_What you have to do_
Exactly as they appear, copy the lines from the start of the entries below to the line containing "The same part", both ends included.

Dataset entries
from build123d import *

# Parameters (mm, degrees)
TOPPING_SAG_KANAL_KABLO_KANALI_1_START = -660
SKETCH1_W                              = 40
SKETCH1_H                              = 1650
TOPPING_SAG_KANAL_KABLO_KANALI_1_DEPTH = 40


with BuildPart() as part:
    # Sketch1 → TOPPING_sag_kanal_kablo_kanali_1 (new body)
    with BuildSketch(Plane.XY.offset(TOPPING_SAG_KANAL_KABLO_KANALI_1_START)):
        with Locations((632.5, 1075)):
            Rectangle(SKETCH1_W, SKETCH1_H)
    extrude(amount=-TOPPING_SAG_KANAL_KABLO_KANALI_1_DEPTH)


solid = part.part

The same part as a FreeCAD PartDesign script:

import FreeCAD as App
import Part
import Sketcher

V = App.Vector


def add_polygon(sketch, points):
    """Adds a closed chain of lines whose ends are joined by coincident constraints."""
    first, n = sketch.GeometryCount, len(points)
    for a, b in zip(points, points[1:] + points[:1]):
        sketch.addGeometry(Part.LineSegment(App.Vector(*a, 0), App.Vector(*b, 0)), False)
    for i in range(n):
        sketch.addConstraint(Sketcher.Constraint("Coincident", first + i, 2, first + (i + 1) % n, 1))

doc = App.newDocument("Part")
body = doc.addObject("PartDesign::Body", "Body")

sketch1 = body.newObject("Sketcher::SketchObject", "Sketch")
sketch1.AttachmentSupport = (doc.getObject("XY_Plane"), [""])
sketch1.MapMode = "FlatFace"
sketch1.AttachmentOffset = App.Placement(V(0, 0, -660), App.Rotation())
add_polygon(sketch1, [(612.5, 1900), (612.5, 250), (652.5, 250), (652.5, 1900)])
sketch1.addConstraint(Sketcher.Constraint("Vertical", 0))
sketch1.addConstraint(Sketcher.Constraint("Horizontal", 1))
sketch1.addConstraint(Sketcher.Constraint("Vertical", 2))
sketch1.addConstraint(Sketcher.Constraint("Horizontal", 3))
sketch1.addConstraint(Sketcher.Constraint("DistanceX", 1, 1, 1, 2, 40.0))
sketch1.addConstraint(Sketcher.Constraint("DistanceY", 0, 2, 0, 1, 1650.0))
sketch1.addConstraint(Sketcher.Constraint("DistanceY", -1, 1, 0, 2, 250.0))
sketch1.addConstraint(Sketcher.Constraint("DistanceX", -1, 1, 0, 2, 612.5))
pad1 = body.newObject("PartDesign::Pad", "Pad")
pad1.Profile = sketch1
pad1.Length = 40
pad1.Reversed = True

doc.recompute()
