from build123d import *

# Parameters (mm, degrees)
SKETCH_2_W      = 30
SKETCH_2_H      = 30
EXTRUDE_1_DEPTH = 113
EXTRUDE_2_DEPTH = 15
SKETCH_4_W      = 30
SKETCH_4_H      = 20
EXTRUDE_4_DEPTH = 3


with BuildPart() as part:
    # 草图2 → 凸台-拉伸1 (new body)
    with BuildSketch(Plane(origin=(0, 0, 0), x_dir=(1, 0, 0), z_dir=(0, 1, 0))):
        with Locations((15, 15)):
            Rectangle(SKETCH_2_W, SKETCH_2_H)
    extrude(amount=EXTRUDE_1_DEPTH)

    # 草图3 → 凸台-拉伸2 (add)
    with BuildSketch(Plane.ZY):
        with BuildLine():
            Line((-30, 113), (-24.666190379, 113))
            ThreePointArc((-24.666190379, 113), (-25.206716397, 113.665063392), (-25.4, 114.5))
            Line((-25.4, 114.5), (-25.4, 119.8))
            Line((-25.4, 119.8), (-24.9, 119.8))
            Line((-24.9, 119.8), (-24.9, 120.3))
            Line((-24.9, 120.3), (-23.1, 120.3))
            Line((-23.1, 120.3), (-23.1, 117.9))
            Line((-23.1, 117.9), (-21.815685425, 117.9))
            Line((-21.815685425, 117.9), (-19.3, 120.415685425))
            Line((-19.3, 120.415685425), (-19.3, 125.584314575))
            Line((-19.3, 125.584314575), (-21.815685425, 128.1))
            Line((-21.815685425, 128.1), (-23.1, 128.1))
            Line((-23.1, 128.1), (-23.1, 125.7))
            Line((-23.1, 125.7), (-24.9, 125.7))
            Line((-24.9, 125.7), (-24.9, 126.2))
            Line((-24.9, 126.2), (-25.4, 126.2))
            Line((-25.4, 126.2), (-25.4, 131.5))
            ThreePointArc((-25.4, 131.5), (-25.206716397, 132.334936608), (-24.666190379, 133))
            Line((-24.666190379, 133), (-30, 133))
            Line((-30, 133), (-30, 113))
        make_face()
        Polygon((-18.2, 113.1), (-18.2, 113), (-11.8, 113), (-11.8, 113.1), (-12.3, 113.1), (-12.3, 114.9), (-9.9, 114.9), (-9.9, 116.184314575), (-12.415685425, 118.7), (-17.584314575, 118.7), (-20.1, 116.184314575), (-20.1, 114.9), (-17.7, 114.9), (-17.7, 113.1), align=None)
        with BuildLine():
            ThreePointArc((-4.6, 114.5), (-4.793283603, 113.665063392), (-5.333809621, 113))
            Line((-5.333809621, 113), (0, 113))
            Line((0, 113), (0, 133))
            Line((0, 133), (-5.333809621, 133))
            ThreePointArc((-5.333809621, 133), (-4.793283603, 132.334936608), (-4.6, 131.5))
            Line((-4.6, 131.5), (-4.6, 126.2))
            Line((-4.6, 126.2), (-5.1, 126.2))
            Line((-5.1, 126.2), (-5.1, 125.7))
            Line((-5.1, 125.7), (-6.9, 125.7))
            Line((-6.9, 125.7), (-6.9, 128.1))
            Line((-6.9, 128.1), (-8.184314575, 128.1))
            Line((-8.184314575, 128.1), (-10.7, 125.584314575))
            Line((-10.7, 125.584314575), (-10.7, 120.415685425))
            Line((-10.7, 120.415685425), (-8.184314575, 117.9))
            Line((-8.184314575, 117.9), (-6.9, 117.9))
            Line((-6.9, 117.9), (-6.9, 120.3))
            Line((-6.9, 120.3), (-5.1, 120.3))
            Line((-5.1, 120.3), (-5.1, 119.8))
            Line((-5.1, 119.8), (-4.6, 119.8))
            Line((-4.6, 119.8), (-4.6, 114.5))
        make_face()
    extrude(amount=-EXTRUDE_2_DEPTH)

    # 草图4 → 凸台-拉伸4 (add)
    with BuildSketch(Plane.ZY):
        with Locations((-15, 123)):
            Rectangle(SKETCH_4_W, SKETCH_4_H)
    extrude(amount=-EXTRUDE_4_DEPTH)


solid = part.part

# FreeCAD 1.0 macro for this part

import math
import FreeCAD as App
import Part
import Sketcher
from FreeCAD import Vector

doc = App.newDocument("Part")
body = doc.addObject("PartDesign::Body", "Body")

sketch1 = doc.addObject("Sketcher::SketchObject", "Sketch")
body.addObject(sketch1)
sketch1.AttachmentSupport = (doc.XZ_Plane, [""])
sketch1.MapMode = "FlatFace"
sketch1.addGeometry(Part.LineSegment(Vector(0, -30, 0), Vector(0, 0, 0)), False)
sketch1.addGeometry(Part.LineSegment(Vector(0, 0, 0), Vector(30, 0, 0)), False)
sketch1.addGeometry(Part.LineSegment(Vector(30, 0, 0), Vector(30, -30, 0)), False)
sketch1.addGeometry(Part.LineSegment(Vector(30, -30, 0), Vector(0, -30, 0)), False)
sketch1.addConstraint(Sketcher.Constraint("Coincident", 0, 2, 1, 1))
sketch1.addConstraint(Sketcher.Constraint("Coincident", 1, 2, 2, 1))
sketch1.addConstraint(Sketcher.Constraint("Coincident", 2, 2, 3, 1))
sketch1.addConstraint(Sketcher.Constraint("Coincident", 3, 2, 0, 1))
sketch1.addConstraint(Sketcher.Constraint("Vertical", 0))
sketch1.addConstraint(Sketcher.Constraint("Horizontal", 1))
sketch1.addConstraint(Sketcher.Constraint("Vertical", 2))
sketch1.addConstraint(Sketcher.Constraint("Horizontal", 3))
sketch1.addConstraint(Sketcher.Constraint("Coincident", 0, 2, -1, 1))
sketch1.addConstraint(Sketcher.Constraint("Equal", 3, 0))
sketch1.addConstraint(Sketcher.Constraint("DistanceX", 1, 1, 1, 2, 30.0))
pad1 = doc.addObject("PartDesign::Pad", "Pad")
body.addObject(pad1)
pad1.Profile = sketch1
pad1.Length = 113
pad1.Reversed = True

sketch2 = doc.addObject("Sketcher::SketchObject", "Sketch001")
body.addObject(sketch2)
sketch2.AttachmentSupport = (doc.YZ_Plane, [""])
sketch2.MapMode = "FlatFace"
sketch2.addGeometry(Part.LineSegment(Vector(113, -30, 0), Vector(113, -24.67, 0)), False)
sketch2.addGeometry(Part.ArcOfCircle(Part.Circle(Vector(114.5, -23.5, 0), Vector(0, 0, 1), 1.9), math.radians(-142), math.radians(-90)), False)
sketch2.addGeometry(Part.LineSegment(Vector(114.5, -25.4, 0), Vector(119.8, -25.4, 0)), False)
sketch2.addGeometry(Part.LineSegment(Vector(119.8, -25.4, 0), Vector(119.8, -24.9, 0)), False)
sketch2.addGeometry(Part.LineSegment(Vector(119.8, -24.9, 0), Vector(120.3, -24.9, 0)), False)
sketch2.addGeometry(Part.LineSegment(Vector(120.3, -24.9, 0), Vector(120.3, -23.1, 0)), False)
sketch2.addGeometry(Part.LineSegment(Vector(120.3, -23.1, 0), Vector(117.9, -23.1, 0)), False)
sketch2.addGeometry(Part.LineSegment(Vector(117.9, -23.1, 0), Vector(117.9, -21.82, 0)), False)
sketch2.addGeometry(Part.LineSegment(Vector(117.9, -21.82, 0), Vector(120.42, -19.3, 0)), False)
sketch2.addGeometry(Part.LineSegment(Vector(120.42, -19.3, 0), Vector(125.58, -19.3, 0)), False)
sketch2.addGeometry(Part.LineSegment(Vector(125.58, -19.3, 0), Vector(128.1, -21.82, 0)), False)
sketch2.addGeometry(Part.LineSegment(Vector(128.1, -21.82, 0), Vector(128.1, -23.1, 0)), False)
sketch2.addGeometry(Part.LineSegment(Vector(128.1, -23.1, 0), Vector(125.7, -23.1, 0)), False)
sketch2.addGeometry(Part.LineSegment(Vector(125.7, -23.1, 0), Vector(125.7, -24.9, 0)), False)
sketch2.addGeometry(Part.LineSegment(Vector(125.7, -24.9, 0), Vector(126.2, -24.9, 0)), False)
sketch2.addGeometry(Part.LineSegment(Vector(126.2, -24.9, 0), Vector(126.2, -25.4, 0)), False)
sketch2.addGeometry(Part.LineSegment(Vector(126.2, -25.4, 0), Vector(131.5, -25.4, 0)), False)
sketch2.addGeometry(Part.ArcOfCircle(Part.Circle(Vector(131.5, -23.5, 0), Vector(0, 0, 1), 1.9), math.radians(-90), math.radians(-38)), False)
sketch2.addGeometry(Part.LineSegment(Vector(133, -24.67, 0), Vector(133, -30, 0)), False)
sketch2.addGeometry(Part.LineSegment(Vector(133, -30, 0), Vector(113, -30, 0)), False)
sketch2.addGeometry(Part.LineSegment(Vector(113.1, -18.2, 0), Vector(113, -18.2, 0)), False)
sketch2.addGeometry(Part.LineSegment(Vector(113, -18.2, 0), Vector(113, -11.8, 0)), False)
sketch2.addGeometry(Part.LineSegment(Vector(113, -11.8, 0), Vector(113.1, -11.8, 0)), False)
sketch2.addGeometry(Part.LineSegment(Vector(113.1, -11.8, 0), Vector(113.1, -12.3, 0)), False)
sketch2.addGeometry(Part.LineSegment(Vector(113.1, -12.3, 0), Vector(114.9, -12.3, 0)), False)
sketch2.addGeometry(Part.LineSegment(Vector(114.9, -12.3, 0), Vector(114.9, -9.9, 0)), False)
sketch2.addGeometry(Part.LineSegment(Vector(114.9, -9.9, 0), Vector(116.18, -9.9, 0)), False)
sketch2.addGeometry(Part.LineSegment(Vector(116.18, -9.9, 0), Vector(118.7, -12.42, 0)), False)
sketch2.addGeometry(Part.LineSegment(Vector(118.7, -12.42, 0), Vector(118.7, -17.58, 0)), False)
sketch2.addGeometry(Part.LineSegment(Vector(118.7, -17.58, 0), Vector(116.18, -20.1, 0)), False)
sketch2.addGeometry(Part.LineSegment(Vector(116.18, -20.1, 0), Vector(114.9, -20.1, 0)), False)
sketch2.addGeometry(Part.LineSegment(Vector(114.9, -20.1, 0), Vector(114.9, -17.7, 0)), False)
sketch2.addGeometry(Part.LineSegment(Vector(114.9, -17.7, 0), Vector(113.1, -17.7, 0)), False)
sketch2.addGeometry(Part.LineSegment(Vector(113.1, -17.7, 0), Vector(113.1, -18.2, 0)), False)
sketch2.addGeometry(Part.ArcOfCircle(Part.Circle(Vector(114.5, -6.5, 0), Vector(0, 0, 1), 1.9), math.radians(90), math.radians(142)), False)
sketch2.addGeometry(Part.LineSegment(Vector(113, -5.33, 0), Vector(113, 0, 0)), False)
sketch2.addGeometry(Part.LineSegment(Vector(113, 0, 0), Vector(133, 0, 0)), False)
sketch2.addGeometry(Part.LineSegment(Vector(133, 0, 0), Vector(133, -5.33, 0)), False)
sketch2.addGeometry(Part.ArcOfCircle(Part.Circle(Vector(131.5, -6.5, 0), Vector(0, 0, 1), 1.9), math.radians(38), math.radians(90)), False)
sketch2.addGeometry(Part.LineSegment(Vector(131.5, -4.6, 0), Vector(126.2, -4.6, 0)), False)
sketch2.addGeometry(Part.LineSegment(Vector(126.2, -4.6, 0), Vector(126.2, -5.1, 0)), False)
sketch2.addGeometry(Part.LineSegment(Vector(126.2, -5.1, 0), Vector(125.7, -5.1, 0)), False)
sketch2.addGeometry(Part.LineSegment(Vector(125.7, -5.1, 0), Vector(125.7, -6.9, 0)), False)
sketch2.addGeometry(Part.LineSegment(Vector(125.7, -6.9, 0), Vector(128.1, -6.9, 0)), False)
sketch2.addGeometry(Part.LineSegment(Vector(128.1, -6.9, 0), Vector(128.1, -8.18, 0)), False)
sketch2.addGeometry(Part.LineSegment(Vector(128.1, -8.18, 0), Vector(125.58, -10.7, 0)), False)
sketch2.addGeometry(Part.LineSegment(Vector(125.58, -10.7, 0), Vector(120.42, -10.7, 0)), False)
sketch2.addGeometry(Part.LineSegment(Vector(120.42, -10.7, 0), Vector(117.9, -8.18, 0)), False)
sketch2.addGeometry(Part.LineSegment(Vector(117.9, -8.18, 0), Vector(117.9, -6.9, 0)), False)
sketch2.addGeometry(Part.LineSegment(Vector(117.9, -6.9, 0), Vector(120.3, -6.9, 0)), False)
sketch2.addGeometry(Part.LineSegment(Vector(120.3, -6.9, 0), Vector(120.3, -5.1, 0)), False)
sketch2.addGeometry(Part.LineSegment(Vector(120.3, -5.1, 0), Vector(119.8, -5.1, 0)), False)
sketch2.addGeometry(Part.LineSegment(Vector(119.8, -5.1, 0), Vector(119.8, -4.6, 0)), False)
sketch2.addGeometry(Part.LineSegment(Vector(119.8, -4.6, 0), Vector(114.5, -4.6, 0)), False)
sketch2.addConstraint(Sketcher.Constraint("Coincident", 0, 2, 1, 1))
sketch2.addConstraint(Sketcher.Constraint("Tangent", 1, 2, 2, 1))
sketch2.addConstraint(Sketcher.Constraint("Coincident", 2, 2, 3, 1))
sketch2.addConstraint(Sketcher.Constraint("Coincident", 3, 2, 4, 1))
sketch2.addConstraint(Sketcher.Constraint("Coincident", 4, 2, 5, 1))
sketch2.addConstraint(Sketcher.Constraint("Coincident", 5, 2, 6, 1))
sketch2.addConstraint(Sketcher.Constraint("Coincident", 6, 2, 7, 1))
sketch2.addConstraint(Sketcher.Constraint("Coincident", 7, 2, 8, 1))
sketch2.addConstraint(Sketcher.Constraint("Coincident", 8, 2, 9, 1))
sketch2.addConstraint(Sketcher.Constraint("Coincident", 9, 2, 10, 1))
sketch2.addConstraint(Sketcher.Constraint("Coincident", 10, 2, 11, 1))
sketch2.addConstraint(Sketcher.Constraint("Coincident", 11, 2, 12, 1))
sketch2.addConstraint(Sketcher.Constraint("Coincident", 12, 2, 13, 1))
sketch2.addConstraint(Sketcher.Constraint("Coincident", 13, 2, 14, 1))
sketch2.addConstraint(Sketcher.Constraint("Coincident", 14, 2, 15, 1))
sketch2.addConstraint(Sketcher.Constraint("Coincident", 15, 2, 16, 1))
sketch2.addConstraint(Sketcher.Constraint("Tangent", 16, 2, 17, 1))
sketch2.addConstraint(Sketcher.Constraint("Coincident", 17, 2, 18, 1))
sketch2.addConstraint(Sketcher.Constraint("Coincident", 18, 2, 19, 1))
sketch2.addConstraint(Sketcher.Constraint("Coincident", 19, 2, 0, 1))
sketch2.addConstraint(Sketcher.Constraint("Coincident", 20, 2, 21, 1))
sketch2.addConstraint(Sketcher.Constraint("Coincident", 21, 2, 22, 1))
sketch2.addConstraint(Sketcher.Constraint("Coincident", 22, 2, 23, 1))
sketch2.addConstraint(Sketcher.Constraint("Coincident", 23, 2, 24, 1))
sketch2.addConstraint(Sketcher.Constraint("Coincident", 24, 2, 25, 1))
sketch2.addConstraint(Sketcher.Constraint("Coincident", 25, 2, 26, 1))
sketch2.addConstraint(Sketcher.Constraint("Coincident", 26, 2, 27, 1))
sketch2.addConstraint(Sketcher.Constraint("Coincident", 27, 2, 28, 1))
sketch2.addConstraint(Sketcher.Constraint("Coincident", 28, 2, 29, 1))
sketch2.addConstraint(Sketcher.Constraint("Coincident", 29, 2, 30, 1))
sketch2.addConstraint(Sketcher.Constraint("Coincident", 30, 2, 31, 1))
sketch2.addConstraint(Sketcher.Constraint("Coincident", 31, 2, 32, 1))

_Output for this exercise_
from build123d import *

# Parameters (mm, degrees)
TOPPING_SAG_KANAL_KABLO_KANALI_1_START = -660
SKETCH1_W                              = 40
SKETCH1_H                              = 1650
TOPPING_SAG_KANAL_KABLO_KANALI_1_DEPTH = 40


with BuildPart() as part:
    # Sketch1 → TOPPING_sag_kanal_kablo_kanali_1 (new body)
    with BuildSketch(Plane.XY.offset(TOPPING_SAG_KANAL_KABLO_KANALI_1_START)):
        with Locations((632.5, 1075)):
            Rectangle(SKETCH1_W, SKETCH1_H)
    extrude(amount=-TOPPING_SAG_KANAL_KABLO_KANALI_1_DEPTH)


solid = part.part

The same part as a FreeCAD PartDesign script:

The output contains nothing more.